When a line in the listing below contains the word "Enlèv", return a copy of that line.

◆ **Data to examine**:
__________

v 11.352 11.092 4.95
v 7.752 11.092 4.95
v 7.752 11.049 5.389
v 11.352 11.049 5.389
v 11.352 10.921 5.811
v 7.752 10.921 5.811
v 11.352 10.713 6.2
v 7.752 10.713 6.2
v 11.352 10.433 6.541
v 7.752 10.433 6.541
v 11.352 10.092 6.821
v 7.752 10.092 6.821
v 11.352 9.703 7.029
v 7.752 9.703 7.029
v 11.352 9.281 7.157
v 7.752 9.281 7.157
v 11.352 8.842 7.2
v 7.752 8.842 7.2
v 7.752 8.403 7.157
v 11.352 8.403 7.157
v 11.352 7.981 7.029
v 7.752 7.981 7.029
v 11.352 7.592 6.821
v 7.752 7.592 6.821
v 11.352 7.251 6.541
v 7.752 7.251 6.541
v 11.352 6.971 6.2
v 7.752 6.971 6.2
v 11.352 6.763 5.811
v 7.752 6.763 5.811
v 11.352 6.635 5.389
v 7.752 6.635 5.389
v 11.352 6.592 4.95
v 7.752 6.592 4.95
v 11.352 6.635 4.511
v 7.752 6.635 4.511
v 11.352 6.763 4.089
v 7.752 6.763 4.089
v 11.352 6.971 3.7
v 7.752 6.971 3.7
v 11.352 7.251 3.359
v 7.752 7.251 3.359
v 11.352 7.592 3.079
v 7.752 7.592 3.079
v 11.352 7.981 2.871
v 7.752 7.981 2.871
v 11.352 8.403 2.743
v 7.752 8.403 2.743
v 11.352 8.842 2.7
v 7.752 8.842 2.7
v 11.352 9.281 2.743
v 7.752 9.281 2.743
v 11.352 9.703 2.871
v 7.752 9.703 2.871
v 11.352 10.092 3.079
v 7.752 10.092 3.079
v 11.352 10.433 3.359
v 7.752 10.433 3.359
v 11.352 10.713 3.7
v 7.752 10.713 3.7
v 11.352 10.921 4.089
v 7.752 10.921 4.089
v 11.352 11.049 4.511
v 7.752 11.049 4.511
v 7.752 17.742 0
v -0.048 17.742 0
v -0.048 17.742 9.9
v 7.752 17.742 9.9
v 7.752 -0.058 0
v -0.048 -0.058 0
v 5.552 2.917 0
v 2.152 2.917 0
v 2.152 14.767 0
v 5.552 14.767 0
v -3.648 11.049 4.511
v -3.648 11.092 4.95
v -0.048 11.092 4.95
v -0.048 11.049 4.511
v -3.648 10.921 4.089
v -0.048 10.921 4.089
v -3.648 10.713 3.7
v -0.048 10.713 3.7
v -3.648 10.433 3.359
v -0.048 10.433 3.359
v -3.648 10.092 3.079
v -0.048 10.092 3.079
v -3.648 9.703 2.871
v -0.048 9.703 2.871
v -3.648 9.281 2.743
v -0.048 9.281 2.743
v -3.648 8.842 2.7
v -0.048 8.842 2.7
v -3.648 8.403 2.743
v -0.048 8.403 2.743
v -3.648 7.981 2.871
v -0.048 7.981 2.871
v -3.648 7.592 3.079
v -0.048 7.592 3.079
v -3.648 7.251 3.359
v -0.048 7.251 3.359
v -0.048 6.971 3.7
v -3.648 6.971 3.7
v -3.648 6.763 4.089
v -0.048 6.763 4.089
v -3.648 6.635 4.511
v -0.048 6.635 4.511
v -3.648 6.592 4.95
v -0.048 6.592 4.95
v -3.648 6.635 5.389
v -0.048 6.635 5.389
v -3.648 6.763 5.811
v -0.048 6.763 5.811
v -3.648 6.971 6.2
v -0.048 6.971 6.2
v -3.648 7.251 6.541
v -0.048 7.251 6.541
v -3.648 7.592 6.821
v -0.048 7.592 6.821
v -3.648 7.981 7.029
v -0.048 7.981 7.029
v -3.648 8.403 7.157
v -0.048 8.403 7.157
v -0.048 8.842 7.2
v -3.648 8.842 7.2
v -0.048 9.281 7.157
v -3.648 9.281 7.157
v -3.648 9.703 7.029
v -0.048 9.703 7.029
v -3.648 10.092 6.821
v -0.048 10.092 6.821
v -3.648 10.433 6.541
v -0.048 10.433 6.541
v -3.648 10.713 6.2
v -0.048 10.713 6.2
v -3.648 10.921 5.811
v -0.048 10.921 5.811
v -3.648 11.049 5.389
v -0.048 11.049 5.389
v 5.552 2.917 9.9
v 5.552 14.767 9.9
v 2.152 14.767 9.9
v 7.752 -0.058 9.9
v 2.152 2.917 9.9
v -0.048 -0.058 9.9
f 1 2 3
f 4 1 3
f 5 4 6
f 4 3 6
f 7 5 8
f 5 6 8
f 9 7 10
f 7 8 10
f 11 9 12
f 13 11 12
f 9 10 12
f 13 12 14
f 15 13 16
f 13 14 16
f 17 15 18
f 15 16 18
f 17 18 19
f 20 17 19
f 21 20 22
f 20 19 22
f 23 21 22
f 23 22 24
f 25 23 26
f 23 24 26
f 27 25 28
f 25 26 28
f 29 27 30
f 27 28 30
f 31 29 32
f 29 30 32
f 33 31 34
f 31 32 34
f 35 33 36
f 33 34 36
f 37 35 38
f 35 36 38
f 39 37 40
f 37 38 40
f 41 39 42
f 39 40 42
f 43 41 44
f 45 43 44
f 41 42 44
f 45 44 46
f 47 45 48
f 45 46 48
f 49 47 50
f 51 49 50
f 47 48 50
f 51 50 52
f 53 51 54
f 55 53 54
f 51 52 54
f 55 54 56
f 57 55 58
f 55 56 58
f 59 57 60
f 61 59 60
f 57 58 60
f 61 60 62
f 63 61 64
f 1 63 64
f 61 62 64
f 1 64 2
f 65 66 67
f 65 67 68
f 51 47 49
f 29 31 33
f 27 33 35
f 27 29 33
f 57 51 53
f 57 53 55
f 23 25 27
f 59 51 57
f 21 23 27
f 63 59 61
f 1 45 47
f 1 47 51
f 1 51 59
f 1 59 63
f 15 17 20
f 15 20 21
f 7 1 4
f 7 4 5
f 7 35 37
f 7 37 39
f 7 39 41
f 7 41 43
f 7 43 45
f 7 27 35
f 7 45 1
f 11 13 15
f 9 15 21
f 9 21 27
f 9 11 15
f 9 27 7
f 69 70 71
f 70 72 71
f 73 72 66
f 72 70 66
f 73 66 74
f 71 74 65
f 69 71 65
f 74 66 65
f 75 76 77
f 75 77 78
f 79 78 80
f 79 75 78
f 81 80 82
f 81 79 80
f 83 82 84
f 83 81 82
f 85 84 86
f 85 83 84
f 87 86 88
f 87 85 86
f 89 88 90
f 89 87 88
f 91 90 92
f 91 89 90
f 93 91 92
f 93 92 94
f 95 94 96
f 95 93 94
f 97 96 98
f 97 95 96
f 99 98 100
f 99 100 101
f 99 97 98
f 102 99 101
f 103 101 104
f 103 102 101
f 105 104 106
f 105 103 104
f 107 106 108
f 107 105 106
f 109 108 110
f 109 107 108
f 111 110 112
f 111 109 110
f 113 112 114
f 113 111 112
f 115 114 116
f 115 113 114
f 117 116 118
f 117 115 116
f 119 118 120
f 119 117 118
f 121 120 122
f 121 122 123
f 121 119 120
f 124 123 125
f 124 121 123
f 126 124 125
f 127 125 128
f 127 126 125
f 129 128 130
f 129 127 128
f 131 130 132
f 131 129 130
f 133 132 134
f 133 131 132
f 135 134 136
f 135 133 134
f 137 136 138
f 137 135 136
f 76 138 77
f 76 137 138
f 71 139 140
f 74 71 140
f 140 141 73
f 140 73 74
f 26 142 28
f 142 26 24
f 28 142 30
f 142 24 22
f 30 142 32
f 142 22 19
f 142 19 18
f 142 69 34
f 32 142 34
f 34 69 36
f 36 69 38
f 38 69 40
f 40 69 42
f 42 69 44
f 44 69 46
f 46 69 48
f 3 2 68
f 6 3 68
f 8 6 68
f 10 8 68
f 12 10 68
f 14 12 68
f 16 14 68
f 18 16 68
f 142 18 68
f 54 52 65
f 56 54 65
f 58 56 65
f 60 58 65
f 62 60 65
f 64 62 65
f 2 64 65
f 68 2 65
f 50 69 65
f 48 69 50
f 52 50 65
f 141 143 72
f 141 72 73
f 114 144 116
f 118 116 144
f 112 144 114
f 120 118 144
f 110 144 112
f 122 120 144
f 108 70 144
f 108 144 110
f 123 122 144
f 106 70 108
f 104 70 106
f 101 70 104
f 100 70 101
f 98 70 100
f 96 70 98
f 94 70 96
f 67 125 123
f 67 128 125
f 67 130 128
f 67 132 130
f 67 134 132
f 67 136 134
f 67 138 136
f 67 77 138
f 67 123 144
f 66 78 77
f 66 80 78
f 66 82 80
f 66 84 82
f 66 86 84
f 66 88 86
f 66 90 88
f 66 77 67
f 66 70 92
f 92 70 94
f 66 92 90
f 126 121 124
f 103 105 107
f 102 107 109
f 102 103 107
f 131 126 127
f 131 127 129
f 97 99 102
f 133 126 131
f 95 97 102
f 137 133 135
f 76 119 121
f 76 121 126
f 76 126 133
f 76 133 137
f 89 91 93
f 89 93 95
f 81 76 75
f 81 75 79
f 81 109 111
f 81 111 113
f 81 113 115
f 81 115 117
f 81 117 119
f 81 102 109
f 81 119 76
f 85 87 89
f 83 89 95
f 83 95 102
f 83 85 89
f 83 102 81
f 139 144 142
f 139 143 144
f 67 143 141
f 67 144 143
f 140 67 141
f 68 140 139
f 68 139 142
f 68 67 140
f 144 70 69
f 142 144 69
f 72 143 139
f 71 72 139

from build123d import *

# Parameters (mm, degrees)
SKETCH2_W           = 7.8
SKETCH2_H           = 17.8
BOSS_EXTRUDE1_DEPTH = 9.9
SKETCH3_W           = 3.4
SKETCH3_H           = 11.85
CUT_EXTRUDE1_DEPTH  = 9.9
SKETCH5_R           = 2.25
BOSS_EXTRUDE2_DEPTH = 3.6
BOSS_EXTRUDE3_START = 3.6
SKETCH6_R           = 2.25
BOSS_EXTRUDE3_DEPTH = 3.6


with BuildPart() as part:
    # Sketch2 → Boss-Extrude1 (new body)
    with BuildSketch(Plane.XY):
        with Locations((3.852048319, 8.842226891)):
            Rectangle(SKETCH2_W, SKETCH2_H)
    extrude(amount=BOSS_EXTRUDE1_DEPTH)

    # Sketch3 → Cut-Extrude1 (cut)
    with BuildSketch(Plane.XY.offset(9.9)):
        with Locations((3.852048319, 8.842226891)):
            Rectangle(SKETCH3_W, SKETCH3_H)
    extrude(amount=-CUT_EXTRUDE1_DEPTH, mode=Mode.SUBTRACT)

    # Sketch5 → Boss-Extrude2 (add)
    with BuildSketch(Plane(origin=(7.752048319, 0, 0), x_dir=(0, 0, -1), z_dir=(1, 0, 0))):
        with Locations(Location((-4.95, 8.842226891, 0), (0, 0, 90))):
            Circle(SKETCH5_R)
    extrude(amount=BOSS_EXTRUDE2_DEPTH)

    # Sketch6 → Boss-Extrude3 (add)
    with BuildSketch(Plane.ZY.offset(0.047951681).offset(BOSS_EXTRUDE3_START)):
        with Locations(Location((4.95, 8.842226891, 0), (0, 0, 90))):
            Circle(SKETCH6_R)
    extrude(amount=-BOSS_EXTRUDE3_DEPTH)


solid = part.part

__________

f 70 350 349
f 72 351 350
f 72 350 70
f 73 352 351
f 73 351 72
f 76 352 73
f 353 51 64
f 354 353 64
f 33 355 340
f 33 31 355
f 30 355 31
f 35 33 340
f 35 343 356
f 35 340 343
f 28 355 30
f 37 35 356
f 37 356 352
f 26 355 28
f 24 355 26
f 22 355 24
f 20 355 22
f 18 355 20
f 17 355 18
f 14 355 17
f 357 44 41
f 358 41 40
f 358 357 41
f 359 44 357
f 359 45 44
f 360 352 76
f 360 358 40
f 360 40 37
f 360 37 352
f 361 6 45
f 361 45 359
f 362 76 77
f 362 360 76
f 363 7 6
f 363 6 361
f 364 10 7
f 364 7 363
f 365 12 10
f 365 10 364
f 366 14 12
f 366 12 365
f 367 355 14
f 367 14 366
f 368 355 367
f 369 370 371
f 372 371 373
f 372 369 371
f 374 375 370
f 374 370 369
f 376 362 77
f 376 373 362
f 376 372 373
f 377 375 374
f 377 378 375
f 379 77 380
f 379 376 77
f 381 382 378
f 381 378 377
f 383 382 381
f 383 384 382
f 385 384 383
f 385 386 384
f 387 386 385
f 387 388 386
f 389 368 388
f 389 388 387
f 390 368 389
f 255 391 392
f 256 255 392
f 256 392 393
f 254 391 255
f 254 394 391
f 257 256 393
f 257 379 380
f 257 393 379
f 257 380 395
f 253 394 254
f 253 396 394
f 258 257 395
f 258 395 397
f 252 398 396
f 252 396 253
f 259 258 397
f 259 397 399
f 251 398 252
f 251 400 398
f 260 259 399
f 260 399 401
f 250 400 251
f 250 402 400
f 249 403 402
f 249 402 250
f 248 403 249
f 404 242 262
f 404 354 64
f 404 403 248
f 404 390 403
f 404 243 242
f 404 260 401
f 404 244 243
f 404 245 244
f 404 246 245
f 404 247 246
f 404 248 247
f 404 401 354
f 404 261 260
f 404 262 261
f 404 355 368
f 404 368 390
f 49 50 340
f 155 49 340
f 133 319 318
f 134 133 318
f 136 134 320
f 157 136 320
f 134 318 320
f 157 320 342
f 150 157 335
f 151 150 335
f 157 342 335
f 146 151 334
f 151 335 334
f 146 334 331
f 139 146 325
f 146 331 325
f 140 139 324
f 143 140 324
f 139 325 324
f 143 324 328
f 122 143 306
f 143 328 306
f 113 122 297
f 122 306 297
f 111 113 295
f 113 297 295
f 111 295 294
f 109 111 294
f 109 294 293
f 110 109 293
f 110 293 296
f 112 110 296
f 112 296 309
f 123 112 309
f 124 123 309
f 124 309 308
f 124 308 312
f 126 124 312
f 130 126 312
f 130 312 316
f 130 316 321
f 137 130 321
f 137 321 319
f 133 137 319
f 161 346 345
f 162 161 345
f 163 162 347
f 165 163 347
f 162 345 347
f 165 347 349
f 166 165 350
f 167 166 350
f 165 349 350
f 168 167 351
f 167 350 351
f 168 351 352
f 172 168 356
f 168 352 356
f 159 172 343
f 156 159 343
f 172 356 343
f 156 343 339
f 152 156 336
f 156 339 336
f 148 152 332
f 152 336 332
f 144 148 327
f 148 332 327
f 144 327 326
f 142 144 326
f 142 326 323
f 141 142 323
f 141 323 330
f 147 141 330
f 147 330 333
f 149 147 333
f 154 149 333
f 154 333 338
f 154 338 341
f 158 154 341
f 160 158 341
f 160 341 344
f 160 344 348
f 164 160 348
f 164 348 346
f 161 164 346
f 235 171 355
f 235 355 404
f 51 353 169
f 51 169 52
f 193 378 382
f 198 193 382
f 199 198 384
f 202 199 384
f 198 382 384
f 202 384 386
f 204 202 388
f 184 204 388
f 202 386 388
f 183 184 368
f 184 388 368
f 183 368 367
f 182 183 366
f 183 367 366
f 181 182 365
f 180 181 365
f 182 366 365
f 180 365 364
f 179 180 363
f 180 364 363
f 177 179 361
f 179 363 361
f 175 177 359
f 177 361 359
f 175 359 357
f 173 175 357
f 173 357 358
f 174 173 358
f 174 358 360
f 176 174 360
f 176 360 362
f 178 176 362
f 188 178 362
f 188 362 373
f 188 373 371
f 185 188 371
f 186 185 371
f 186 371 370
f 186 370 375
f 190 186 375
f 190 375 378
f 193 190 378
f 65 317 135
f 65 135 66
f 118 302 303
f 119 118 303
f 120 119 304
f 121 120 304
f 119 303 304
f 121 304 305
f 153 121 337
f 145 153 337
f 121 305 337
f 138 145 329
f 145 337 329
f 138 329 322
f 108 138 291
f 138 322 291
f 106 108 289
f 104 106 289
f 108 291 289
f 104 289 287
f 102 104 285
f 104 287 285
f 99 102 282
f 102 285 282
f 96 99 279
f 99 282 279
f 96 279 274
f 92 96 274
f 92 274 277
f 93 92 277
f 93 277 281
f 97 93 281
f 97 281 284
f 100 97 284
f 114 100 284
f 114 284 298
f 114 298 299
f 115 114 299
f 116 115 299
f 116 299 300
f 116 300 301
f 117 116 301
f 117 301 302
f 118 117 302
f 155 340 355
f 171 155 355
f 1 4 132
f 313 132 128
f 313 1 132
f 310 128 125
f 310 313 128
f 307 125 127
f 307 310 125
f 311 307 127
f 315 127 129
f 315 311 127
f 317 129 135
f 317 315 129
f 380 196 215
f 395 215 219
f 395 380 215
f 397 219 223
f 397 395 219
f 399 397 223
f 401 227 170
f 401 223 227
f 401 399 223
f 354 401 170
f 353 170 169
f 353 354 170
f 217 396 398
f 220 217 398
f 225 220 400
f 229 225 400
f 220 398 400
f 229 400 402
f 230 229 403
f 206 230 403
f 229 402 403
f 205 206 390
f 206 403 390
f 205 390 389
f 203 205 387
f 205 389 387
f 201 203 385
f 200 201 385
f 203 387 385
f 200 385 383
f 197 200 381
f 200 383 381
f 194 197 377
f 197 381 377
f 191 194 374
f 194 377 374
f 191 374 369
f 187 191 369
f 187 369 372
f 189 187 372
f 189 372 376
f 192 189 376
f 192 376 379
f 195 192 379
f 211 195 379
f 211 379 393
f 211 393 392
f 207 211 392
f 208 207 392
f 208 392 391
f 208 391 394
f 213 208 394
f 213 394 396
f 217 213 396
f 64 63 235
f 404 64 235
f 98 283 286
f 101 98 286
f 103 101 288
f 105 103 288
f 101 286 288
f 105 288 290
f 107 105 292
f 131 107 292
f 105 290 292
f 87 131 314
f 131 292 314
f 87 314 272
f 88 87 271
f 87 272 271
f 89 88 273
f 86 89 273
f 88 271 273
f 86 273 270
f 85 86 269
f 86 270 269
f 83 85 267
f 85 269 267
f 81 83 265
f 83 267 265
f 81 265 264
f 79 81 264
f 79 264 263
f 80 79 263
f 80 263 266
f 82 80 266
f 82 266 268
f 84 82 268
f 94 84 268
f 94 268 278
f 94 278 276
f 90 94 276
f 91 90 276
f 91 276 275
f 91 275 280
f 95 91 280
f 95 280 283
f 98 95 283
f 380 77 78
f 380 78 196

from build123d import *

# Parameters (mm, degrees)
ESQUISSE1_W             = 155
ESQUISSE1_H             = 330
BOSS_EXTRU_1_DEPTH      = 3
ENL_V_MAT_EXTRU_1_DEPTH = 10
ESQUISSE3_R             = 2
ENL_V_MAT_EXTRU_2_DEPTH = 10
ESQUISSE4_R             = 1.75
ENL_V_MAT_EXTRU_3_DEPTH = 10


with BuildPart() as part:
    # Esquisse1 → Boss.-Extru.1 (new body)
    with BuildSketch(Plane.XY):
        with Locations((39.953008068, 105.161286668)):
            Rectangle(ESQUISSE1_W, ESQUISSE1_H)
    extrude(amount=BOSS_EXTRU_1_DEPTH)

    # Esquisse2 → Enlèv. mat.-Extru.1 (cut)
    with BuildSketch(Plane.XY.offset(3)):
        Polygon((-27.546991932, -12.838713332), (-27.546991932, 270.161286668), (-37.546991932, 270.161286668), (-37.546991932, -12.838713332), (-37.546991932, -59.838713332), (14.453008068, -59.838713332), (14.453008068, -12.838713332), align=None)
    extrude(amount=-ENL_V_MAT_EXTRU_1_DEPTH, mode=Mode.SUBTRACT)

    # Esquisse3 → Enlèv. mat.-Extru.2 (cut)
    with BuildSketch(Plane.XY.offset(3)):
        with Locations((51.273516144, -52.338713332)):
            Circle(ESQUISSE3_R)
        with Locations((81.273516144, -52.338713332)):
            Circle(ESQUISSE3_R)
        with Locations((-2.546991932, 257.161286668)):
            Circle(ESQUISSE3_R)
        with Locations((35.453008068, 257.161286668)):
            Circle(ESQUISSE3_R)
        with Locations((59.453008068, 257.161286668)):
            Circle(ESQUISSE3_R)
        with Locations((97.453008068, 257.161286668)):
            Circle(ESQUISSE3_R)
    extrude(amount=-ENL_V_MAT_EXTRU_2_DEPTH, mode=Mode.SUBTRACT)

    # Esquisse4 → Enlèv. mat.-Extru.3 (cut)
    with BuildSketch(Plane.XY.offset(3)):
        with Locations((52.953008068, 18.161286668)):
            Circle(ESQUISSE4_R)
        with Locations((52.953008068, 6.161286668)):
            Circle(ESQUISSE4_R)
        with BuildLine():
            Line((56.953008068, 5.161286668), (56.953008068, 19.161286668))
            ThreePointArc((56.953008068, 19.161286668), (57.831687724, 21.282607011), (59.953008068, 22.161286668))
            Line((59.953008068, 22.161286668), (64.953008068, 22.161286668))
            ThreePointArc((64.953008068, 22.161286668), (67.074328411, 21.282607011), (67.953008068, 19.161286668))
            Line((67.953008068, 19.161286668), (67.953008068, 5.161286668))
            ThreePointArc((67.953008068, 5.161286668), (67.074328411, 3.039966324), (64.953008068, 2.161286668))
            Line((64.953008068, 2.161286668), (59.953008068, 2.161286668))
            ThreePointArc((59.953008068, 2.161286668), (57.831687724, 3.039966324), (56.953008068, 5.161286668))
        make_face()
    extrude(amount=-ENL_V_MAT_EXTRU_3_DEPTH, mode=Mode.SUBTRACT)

__________

◆ **Answer area**:
    # Esquisse2 → Enlèv. mat.-Extru.1 (cut)
    # Esquisse3 → Enlèv. mat.-Extru.2 (cut)
    # Esquisse4 → Enlèv. mat.-Extru.3 (cut)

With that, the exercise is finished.